Beneath this instruction is a block of data; output from it exactly the lines that run from the one containing "#142=CARTESIAN_POINT('',(-23.,0.,5.25));" through the one containing "#174=CARTESIAN_POINT('',(20.,6.7,21.));", inclusive.

Dataset items
"""
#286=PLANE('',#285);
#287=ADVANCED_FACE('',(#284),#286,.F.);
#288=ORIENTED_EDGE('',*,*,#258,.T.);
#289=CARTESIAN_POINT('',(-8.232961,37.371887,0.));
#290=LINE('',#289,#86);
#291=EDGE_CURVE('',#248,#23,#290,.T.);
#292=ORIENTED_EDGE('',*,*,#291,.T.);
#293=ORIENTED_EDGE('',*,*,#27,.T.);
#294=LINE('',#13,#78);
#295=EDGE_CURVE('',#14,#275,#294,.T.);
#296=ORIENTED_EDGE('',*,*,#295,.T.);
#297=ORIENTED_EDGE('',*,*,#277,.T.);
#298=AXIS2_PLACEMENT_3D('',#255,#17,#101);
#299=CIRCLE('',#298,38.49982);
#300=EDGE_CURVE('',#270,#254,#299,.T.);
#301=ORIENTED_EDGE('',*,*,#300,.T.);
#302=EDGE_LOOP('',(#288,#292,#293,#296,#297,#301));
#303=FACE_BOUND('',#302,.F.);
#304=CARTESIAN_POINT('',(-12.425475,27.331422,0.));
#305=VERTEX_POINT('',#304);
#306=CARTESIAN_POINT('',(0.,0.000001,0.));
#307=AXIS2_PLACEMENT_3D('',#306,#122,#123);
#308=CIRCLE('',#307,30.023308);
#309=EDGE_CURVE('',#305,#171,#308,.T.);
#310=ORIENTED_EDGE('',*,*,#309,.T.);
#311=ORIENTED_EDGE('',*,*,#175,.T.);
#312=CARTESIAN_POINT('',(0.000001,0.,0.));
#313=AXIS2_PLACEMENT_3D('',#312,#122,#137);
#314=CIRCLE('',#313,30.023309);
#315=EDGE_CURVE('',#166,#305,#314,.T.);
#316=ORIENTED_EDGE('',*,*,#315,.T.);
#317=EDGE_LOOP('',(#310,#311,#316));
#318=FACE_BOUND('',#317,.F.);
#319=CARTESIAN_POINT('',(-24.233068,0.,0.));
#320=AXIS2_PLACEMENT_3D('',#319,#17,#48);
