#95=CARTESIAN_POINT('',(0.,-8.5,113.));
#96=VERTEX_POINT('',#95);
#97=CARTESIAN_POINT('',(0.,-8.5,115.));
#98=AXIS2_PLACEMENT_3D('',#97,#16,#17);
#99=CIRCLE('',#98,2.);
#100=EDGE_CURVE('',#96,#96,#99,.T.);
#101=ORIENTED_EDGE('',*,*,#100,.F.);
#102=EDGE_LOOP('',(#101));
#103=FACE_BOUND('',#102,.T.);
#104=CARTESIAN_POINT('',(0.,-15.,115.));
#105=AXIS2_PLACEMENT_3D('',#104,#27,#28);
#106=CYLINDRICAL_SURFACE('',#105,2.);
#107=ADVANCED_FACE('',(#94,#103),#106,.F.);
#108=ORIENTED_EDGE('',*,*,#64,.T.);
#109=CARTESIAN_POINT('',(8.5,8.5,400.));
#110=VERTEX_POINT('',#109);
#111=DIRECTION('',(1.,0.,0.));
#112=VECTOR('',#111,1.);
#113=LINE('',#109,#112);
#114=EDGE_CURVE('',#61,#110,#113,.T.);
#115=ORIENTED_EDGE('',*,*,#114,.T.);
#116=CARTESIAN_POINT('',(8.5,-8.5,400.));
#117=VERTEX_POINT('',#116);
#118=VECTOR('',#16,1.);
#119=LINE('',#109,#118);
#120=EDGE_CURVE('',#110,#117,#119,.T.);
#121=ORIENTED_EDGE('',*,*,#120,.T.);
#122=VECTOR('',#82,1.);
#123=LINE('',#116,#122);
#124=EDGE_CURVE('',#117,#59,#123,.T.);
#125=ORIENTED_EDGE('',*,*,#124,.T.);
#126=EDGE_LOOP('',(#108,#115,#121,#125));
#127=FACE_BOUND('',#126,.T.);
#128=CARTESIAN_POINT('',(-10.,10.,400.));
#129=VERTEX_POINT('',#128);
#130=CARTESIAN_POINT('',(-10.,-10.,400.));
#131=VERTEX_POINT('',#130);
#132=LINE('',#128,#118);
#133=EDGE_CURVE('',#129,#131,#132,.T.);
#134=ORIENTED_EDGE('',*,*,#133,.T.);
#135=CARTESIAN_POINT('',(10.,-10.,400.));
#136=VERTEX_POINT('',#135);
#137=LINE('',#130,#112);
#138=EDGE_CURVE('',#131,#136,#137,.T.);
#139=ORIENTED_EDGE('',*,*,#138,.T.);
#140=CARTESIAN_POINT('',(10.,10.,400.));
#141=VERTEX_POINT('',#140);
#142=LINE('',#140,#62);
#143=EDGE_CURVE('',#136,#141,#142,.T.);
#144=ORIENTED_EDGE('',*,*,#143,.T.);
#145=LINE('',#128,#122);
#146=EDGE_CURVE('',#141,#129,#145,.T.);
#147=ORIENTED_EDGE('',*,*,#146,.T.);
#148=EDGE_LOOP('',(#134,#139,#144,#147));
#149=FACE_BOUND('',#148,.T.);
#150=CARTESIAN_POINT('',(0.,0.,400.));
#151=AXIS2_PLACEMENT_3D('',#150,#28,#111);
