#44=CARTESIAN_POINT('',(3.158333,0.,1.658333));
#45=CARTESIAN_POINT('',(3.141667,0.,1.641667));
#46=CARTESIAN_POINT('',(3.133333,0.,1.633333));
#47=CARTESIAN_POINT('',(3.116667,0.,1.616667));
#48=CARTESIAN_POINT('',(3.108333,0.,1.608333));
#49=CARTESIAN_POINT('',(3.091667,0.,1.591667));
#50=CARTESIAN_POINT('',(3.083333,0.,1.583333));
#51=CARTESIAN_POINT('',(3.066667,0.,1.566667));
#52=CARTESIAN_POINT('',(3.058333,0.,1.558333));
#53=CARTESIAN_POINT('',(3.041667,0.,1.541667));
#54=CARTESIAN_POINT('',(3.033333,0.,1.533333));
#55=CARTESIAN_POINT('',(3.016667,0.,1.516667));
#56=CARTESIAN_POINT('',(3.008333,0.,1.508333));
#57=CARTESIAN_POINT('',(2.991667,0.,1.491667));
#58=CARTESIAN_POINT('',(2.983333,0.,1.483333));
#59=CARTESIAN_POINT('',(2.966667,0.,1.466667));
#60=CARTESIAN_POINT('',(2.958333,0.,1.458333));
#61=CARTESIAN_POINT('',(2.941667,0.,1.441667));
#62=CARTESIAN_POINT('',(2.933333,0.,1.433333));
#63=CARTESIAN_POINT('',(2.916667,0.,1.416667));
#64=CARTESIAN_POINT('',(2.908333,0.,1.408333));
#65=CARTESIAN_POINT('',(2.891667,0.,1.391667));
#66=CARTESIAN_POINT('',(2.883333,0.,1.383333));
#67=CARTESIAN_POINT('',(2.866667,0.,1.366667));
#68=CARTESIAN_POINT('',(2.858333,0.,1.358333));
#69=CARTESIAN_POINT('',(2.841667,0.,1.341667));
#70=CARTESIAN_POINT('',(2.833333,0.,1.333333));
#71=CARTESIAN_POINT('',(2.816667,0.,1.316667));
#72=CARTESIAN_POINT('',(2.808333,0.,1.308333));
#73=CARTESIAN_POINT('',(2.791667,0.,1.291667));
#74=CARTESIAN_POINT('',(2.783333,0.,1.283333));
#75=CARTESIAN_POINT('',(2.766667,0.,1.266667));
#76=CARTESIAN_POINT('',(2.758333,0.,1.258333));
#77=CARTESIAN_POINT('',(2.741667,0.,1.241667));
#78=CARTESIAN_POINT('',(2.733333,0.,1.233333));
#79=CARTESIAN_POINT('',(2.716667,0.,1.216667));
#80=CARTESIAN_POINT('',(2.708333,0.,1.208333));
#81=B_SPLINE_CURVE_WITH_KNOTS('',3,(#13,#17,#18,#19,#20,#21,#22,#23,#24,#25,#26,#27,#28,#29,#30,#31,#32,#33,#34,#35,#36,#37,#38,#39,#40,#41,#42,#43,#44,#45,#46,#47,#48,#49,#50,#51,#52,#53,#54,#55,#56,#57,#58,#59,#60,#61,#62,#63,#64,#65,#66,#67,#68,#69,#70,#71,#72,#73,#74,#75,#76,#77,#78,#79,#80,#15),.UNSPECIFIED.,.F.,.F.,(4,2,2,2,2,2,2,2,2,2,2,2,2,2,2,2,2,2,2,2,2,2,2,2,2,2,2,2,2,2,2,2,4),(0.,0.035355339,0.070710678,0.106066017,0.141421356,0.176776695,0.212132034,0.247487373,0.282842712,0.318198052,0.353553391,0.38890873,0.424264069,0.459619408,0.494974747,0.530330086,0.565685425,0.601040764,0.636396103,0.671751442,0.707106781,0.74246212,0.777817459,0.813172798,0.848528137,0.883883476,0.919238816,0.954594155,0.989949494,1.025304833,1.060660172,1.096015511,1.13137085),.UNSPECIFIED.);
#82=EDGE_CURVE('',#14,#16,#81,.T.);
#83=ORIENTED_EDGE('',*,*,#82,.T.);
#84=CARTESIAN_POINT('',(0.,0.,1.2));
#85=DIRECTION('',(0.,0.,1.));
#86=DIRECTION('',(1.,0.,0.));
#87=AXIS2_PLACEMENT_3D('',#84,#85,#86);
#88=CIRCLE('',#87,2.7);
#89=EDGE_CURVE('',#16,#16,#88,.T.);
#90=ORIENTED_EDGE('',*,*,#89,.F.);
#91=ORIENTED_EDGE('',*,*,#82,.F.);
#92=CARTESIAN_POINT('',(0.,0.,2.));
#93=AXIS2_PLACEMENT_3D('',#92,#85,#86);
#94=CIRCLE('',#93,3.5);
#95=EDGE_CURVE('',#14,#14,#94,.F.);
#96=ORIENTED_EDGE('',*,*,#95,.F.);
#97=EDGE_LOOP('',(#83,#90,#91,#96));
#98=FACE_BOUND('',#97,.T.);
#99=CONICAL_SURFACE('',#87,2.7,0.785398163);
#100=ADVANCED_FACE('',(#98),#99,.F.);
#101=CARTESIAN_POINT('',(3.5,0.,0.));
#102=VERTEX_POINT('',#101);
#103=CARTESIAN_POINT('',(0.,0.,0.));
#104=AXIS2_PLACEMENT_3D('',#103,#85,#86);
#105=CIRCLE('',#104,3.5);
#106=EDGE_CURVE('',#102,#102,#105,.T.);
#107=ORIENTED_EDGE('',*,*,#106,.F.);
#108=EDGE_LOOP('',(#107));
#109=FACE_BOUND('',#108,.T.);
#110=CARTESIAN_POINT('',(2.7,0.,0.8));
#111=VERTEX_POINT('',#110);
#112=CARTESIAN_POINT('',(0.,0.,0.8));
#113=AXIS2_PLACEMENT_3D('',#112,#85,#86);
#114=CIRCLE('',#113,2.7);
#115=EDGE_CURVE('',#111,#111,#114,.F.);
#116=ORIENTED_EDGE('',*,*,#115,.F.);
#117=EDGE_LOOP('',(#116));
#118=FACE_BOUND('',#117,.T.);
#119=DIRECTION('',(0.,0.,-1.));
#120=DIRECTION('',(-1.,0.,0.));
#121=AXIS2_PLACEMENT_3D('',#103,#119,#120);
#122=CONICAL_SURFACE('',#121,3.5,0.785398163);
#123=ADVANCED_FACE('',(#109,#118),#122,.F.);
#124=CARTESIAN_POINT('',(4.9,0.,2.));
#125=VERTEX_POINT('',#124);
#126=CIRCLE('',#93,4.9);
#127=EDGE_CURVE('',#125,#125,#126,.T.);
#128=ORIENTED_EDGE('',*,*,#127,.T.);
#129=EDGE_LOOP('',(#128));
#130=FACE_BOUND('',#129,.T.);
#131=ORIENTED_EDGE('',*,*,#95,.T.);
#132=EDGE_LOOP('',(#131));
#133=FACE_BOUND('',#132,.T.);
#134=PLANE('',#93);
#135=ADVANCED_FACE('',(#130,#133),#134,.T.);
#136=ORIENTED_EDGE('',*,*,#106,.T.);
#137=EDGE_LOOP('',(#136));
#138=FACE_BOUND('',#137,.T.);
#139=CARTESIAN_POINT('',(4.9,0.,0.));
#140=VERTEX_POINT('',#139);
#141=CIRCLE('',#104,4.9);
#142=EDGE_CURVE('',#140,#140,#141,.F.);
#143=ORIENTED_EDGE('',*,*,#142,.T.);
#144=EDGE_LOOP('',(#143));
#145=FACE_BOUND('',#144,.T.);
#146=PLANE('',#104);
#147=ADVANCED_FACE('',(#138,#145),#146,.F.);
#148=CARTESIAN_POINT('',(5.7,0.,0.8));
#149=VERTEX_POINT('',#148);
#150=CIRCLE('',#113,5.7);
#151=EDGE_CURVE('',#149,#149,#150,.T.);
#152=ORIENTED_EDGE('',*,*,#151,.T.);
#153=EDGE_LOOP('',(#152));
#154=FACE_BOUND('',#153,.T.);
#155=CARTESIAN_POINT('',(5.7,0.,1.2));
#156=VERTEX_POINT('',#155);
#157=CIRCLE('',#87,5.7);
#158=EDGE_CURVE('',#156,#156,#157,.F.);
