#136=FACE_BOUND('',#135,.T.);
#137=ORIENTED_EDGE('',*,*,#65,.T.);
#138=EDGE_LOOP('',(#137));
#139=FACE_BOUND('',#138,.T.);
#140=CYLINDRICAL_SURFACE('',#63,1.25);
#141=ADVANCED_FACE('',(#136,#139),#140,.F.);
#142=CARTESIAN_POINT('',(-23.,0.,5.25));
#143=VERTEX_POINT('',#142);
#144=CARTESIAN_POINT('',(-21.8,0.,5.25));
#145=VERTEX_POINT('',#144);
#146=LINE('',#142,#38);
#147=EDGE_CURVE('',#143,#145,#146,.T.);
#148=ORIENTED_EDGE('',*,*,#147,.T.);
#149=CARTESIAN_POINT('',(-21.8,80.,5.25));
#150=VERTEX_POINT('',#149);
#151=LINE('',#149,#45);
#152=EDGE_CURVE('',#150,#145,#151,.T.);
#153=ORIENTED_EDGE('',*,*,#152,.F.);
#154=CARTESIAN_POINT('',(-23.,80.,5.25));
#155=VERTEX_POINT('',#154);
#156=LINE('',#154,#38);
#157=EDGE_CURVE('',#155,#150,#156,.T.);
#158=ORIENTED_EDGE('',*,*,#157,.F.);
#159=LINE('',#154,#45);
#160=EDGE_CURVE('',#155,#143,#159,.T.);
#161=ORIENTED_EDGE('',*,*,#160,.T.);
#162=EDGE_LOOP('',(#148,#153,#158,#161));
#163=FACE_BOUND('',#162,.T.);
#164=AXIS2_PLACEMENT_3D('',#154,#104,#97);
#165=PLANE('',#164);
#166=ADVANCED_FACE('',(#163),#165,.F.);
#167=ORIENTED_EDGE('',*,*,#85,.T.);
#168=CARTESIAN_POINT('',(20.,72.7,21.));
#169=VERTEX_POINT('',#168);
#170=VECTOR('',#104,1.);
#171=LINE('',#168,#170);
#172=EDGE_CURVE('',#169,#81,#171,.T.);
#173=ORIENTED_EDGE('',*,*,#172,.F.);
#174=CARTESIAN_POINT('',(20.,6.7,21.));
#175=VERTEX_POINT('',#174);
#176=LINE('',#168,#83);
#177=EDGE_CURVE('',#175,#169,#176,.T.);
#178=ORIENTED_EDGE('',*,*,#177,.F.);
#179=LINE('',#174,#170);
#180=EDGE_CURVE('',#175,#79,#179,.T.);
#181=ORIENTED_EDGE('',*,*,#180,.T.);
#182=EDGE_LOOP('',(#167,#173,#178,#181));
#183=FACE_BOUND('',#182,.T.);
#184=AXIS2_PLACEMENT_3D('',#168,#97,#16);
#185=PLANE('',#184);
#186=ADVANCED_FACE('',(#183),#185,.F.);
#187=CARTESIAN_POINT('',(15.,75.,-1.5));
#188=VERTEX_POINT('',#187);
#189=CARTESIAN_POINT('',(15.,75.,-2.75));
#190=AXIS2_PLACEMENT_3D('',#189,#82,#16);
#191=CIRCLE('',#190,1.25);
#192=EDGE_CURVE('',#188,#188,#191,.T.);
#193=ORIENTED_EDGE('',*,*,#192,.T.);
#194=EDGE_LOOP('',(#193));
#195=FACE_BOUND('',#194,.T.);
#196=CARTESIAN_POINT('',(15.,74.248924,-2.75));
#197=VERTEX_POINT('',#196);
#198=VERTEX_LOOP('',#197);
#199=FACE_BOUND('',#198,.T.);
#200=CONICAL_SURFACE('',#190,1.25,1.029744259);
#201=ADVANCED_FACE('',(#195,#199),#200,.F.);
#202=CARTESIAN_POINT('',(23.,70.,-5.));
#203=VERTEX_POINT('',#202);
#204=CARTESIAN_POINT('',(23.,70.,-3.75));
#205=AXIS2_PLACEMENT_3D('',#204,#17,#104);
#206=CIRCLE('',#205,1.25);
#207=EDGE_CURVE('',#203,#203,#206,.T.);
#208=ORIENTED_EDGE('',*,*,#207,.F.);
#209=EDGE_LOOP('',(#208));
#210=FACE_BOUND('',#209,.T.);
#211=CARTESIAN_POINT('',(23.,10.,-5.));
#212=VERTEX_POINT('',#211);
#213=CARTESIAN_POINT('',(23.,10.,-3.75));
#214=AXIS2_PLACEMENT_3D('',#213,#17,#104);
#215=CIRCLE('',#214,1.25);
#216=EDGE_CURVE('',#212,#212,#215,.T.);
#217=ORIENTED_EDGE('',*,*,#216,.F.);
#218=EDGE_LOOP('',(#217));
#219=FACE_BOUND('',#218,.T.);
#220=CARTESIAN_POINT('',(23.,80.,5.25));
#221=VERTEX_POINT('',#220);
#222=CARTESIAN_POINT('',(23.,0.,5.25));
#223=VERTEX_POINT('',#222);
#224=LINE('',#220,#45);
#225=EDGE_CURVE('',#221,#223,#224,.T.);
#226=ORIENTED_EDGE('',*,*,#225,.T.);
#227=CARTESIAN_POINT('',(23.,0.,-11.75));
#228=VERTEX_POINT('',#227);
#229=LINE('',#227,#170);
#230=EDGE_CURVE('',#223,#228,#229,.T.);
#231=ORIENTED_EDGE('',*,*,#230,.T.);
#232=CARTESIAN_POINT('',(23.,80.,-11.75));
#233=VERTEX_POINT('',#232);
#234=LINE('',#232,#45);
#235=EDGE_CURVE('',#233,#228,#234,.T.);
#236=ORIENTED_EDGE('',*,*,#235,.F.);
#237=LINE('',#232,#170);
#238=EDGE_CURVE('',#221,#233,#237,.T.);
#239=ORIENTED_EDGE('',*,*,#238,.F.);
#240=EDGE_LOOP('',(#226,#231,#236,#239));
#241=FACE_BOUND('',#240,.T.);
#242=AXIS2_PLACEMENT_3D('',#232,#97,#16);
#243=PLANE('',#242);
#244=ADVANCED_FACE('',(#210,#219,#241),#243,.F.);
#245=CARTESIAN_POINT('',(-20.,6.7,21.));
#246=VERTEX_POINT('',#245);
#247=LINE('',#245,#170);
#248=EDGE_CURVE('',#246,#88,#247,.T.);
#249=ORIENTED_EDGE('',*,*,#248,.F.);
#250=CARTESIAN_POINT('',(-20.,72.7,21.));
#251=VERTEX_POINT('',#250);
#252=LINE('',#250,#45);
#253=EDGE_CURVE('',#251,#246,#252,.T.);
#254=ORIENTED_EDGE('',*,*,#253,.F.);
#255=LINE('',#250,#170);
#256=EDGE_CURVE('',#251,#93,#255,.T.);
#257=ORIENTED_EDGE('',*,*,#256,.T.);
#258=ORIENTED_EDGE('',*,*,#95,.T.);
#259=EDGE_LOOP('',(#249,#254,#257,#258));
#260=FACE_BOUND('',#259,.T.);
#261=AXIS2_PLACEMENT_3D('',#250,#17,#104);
"""
• **EXERCISE OUTPUT**:
#142=CARTESIAN_POINT('',(-23.,0.,5.25));
#143=VERTEX_POINT('',#142);
#144=CARTESIAN_POINT('',(-21.8,0.,5.25));
#145=VERTEX_POINT('',#144);
#146=LINE('',#142,#38);
#147=EDGE_CURVE('',#143,#145,#146,.T.);
#148=ORIENTED_EDGE('',*,*,#147,.T.);
#149=CARTESIAN_POINT('',(-21.8,80.,5.25));
#150=VERTEX_POINT('',#149);
#151=LINE('',#149,#45);
#152=EDGE_CURVE('',#150,#145,#151,.T.);
#153=ORIENTED_EDGE('',*,*,#152,.F.);
#154=CARTESIAN_POINT('',(-23.,80.,5.25));
#155=VERTEX_POINT('',#154);
#156=LINE('',#154,#38);
#157=EDGE_CURVE('',#155,#150,#156,.T.);
#158=ORIENTED_EDGE('',*,*,#157,.F.);
#159=LINE('',#154,#45);
#160=EDGE_CURVE('',#155,#143,#159,.T.);
#161=ORIENTED_EDGE('',*,*,#160,.T.);
#162=EDGE_LOOP('',(#148,#153,#158,#161));
#163=FACE_BOUND('',#162,.T.);
#164=AXIS2_PLACEMENT_3D('',#154,#104,#97);
#165=PLANE('',#164);
#166=ADVANCED_FACE('',(#163),#165,.F.);
#167=ORIENTED_EDGE('',*,*,#85,.T.);
#168=CARTESIAN_POINT('',(20.,72.7,21.));
#169=VERTEX_POINT('',#168);
#170=VECTOR('',#104,1.);
#171=LINE('',#168,#170);
#172=EDGE_CURVE('',#169,#81,#171,.T.);
#173=ORIENTED_EDGE('',*,*,#172,.F.);
#174=CARTESIAN_POINT('',(20.,6.7,21.));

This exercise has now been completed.